I am trying to use the MapReduceIndexerTool to index data in a hive table
to Solr Cloud / Cloudera Search.
The tool is failing the job with the following error
1799 [main] INFO org.apache.solr.hadoop.MapReduceIndexerTool - Indexing 1
files using 1 real mappers into 10 reducers
Error: MAX_ARRAY_LENGTH
Error: MAX_ARRAY_LENGTH
Error: MAX_ARRAY_LENGTH
36962 [main] ERROR org.apache.solr.hadoop.MapReduceIndexerTool - Job
failed! jobName: org.apache.solr.hadoop.MapReduceIndexerTool/MorphlineMapper,
jobId: job_1473161870114_0339
The error stack trace is
2016-09-08 10:39:20,128 ERROR [main]
org.apache.hadoop.mapred.YarnChild: Error running child :
java.lang.NoSuchFieldError: MAX_ARRAY_LENGTH
at org.apache.lucene.codecs.memory.DirectDocValuesFormat.<clinit>(DirectDocValuesFormat.java:58)
at sun.reflect.NativeConstructorAccessorImpl.newInstance0(Native Method)
at sun.reflect.NativeConstructorAccessorImpl.newInstance(NativeConstructorAccessorImpl.java:57)
at sun.reflect.DelegatingConstructorAccessorImpl.newInstance(DelegatingConstructorAccessorImpl.java:45)
at java.lang.reflect.Constructor.newInstance(Constructor.java:526)
at java.lang.Class.newInstance(Class.java:374)
at org.apache.lucene.util.NamedSPILoader.reload(NamedSPILoader.java:67)
at org.apache.lucene.util.NamedSPILoader.<init>(NamedSPILoader.java:47)
at org.apache.lucene.util.NamedSPILoader.<init>(NamedSPILoader.java:37)
at org.apache.lucene.codecs.DocValuesFormat.<clinit>(DocValuesFormat.java:43)
at org.apache.solr.core.SolrResourceLoader.reloadLuceneSPI(SolrResourceLoader.java:205)
My Schema.xml looks like
<fields>
<field name="dataset_id" type="string" indexed="true" stored="true"
required="true" multiValued="false" docValue="true" />
<field name="search_string" type="string" indexed="true" stored="true"
docValue="true"/>
<field name="_version_" type="long" indexed="true" stored="true"/>
</fields>
<!-- Field to use to determine and enforce document uniqueness.

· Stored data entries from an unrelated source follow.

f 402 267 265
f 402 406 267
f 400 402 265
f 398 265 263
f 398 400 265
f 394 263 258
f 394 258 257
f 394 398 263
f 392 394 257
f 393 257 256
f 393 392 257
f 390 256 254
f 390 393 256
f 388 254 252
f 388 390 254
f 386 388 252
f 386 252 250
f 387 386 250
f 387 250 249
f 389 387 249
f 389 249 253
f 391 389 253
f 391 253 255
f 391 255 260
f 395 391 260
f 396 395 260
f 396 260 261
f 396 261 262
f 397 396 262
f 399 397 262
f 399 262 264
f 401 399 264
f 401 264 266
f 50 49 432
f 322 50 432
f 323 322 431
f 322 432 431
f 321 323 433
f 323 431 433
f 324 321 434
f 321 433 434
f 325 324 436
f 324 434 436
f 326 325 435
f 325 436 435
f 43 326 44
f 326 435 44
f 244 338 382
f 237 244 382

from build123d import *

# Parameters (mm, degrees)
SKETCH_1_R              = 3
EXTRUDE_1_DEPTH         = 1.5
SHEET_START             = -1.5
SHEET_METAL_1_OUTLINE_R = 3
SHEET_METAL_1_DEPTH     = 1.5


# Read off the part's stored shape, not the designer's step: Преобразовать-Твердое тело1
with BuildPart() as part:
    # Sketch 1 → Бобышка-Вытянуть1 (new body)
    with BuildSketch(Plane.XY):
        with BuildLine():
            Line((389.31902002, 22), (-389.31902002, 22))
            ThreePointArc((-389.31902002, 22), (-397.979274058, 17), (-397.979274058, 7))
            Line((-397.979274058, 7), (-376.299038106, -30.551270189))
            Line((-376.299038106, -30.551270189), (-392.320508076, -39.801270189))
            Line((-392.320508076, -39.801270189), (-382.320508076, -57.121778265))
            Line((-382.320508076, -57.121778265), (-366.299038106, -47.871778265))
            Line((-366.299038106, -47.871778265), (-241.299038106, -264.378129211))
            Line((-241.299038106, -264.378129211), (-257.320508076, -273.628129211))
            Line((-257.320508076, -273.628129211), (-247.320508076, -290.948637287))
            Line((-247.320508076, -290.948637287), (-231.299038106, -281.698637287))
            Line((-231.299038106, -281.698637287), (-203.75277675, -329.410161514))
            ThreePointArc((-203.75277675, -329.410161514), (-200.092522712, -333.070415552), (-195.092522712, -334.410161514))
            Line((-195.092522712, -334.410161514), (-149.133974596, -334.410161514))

Unless this field is marked with required="false", it will be a
required field
-->
<uniqueKey>dataset_id</uniqueKey>
I am otherwise about to post documents using Solr APIs / upload methods.

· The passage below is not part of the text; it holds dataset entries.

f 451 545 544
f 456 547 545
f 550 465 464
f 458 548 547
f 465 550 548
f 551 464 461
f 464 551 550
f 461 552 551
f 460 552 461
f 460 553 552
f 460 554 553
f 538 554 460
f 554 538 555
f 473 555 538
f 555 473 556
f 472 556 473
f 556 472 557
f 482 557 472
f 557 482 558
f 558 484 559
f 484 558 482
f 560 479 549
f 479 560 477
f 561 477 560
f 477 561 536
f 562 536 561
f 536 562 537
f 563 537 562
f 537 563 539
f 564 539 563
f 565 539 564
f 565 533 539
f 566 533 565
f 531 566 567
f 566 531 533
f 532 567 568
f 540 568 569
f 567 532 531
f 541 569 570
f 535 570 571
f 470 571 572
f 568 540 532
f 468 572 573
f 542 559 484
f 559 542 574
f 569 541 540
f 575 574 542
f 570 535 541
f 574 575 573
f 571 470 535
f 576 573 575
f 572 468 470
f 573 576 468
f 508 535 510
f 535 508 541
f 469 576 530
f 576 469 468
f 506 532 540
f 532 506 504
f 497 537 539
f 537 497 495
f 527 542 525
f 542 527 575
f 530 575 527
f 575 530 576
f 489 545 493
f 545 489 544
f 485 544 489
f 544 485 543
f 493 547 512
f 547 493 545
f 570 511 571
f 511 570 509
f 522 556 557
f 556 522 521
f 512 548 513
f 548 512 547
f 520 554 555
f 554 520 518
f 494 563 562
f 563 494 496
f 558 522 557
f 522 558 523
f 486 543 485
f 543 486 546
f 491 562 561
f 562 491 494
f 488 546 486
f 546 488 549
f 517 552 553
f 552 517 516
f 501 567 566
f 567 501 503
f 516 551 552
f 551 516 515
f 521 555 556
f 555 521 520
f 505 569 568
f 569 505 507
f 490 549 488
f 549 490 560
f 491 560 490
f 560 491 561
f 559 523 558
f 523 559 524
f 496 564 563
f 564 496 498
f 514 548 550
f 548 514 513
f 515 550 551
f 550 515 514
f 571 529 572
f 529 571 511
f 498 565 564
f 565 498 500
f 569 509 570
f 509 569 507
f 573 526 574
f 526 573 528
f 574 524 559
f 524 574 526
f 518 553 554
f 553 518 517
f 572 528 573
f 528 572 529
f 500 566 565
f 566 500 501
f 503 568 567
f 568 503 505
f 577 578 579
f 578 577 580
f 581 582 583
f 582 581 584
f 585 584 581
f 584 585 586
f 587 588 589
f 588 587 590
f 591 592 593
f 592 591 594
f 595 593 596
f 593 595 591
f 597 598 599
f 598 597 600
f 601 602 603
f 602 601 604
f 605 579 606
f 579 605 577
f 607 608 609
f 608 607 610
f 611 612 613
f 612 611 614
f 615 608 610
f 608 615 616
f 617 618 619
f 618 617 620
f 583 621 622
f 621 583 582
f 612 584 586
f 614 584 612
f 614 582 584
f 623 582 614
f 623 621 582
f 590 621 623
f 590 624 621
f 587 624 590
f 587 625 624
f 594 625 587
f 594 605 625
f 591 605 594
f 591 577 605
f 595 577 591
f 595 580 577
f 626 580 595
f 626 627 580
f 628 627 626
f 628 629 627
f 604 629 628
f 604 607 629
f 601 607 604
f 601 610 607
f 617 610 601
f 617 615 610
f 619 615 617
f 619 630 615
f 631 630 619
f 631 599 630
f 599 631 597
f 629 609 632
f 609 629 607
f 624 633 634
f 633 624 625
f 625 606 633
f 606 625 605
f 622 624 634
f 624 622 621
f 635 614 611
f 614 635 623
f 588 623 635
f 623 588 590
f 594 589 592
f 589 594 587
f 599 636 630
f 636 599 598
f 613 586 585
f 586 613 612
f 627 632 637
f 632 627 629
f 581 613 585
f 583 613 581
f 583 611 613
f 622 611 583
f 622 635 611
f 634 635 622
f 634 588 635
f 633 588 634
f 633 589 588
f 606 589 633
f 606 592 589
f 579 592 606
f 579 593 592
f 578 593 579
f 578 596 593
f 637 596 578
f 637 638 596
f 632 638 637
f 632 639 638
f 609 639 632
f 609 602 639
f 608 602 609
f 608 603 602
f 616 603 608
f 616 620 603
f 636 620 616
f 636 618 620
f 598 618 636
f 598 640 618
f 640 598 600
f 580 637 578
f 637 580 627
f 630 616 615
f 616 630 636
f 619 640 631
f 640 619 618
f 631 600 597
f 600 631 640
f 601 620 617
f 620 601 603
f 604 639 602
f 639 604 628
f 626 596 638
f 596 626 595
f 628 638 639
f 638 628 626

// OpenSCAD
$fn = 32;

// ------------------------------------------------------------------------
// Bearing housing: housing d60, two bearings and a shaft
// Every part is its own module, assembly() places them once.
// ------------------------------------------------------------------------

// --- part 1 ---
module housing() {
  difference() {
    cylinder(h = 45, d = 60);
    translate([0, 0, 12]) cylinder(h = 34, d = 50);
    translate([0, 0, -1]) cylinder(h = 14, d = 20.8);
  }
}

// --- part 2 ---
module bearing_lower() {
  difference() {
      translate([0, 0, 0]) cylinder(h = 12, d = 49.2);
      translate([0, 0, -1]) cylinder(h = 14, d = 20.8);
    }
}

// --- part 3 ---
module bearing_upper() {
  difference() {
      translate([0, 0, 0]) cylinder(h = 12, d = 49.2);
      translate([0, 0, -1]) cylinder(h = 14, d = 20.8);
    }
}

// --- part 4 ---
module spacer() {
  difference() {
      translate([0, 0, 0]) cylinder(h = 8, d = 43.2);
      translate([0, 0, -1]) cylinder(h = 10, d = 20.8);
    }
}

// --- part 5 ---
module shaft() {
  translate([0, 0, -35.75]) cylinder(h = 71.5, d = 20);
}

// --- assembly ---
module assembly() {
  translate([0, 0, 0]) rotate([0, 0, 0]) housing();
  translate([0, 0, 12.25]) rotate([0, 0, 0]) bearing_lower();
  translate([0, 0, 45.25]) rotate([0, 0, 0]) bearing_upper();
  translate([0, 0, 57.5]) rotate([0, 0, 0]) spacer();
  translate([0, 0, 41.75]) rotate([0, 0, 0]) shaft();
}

Only the MapReduceIndexer tool is failing.
The command I am using is
hadoop jar /opt/cloudera/parcels/CDH/lib/solr/contrib/mr/search-mr-*-job.jar
org.apache.solr.hadoop.MapReduceIndexerTool -D
'mapred.child.java.opts=-Xmx500m' --log4j
/opt/cloudera/parcels/CDH-5.7.0-1.cdh5.7.0.p0.45/s
hare/doc/search-1.0.0+cdh5.7.0+0/examples/solr-nrt/log4j.properties
--morphline-file /home/$USER/morphline2.conf --output-dir
hdfs://NNHOST:8020/user/$USER/outdir --verbose --zk-host ZKHOST:2181/solr1
--collection dataCatalog_search_index
hdfs://NNHOST:8020/user/hive/warehouse/name.db/concatenated_index4/;
My morphline config looks like
SOLR_LOCATOR : {
# Name of solr collection
collection : search_index
# ZooKeeper ensemble
$zkHost:2181/solr1"
}
# Specify an array of one or more morphlines, each of which defines an ETL
# transformation chain. A morphline consists of one or more (potentially
# nested) commands. A morphline is a way to consume records (e.g. Flume
events,
# HDFS files or blocks), turn them into a stream of records, and pipe the
stream
# of records through a set of easily configurable transformations on the
way to
# a target application such as Solr.
morphlines : [
{
id : search_index
importCommands : ["org.kitesdk.**", "org.apache.solr.**"]
commands : [
{
readCSV {
separator : ","
columns : [dataset_id,search_string]
ignoreFirstLine : true
charset : UTF-8
}
}
# Consume the output record of the previous command and pipe another
# record downstream.
#
# Command that deletes record fields that are unknown to Solr
# schema.xml.
#
# Recall that Solr throws an exception on any attempt to load a
document
# that contains a field that isn't specified in schema.xml.
{
sanitizeUnknownSolrFields {
# Location from which to fetch Solr schema
solrLocator : ${SOLR_LOCATOR}
}
}
# log the record at DEBUG level to SLF4J
{ logDebug { format : "output record: {}", args : ["@{}"] } }
# load the record into a Solr server or MapReduce Reducer
{
loadSolr {
solrLocator : ${SOLR_LOCATOR}
}
}
]
}
]
Please let me know if I am going anything wrong.
--
Sincerely,
Darshan